## WHAT YOU NEED TO DO
Report each line of the entries that contains the word "Vertical", copied in full.

START EXTRACTED MATERIAL

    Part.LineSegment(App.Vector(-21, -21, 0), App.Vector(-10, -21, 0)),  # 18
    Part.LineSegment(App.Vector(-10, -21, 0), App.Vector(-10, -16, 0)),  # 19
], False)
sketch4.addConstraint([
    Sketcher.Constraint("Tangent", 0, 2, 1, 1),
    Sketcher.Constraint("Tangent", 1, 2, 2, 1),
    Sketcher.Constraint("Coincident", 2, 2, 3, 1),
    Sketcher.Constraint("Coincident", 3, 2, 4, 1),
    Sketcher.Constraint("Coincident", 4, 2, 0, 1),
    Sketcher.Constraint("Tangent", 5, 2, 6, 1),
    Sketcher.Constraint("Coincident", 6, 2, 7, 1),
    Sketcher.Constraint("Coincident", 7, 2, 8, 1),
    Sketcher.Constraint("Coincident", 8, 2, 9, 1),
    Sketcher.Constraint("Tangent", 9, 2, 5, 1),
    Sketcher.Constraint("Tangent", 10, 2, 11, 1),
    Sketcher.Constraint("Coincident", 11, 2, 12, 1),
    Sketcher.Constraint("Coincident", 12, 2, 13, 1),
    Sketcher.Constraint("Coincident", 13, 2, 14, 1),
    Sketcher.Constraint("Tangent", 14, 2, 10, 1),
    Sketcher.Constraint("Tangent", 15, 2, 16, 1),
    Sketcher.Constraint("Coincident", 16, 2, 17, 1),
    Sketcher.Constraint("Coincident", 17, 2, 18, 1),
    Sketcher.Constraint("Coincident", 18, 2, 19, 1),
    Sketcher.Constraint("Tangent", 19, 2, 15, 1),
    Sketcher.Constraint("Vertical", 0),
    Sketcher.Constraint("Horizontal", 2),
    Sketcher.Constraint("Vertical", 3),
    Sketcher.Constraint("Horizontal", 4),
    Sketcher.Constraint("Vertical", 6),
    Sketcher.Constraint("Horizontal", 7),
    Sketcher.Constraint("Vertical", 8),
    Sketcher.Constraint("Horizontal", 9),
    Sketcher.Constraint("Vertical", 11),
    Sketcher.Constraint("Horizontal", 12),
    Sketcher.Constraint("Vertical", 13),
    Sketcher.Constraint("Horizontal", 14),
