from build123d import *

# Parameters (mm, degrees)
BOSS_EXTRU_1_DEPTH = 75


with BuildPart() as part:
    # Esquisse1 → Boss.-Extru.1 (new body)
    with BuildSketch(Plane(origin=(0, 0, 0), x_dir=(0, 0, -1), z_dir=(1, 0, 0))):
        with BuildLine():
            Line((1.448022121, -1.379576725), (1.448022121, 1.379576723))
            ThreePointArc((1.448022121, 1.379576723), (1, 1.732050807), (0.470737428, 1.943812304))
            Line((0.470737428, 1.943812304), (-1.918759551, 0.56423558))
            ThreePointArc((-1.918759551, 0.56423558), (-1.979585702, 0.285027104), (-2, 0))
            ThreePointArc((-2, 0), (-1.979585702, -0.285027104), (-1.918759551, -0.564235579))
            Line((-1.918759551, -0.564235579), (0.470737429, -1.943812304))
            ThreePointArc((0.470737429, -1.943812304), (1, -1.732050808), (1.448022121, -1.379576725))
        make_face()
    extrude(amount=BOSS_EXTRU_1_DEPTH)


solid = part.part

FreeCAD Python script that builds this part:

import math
import FreeCAD as App
import Part
import Sketcher
Q = App.Units.Quantity

doc = App.newDocument("Part")
params = doc.addObject("Spreadsheet::Sheet", "Params")
for row, (alias, value) in enumerate([
    ("sketch1_radius", "2 mm"),
    ("pad1_length", "75 mm"),
], start=1):
    params.set(f"A{row}", alias)
    params.set(f"B{row}", "=" + value)
    params.setAlias(f"B{row}", alias)

body = doc.addObject("PartDesign::Body", "Body")

# Sketch on YZ plane
sketch1 = body.newObject("Sketcher::SketchObject", "Sketch")
sketch1.AttachmentSupport = (doc.getObject("YZ_Plane"), [""])
sketch1.MapMode = "FlatFace"
sketch1.addGeometry([
    Part.LineSegment(App.Vector(-1.4, -1.4, 0), App.Vector(1.4, -1.4, 0)),  # 0
    Part.ArcOfCircle(Part.Circle(App.Vector(0, 0, 0), App.Vector(0, 0, 1), 2), math.radians(-46), math.radians(-14)),  # 1
    Part.LineSegment(App.Vector(1.9, -0.5, 0), App.Vector(0.6, 1.9, 0)),  # 2
    Part.ArcOfCircle(Part.Circle(App.Vector(0, 0, 0), App.Vector(0, 0, 1), 2), math.radians(73.61), math.radians(90)),  # 3
    Part.ArcOfCircle(Part.Circle(App.Vector(0, 0, 0), App.Vector(0, 0, 1), 2), math.radians(90), math.radians(106.39)),  # 4
    Part.LineSegment(App.Vector(-0.6, 1.9, 0), App.Vector(-1.9, -0.5, 0)),  # 5
    Part.ArcOfCircle(Part.Circle(App.Vector(0, 0, 0), App.Vector(0, 0, 1), 2), math.radians(-166), math.radians(-134)),  # 6
], False)
sketch1.addConstraint([
    Sketcher.Constraint("Coincident", 0, 2, 1, 1),
    Sketcher.Constraint("Coincident", 1, 2, 2, 1),
    Sketcher.Constraint("Coincident", 2, 2, 3, 1),
    Sketcher.Constraint("Tangent", 3, 2, 4, 1),
    Sketcher.Constraint("Coincident", 4, 2, 5, 1),
    Sketcher.Constraint("Coincident", 5, 2, 6, 1),
    Sketcher.Constraint("Coincident", 6, 2, 0, 1),
    Sketcher.Constraint("Horizontal", 0),
    Sketcher.Constraint("Coincident", 1, 3, -1, 1),
    Sketcher.Constraint("Coincident", 3, 3, -1, 1),
    Sketcher.Constraint("Coincident", 6, 3, -1, 1),
    Sketcher.Constraint("Equal", 1, 3),
    Sketcher.Constraint("Equal", 3, 4),
    Sketcher.Constraint("Equal", 4, 6),
    Sketcher.Constraint("PointOnObject", 3, 2, -2),
    Sketcher.Constraint("Horizontal", 2, 2, 4, 2),
    Sketcher.Constraint("Horizontal", 1, 2, 5, 2),
    Sketcher.Constraint("Radius", 1, Q("2 mm")),
    Sketcher.Constraint("Angle", 2, Q("120 deg")),
    Sketcher.Constraint("DistanceX", 0, 1, 0, 2, Q("2.759153 mm")),
    Sketcher.Constraint("DistanceY", -1, 1, 2, 2, Q("1.91876 mm")),
])
sketch1.setExpression("Constraints[17]", "Params.sketch1_radius")
pad1 = body.newObject("PartDesign::Pad", "Pad")
pad1.Profile = sketch1
pad1.setExpression("Length", "Params.pad1_length")

doc.recompute()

END EXTRACTED MATERIAL

## WRITTEN SOLUTION
    Sketcher.Constraint("Vertical", 0),
    Sketcher.Constraint("Vertical", 3),
    Sketcher.Constraint("Vertical", 6),
    Sketcher.Constraint("Vertical", 8),
    Sketcher.Constraint("Vertical", 11),
    Sketcher.Constraint("Vertical", 13),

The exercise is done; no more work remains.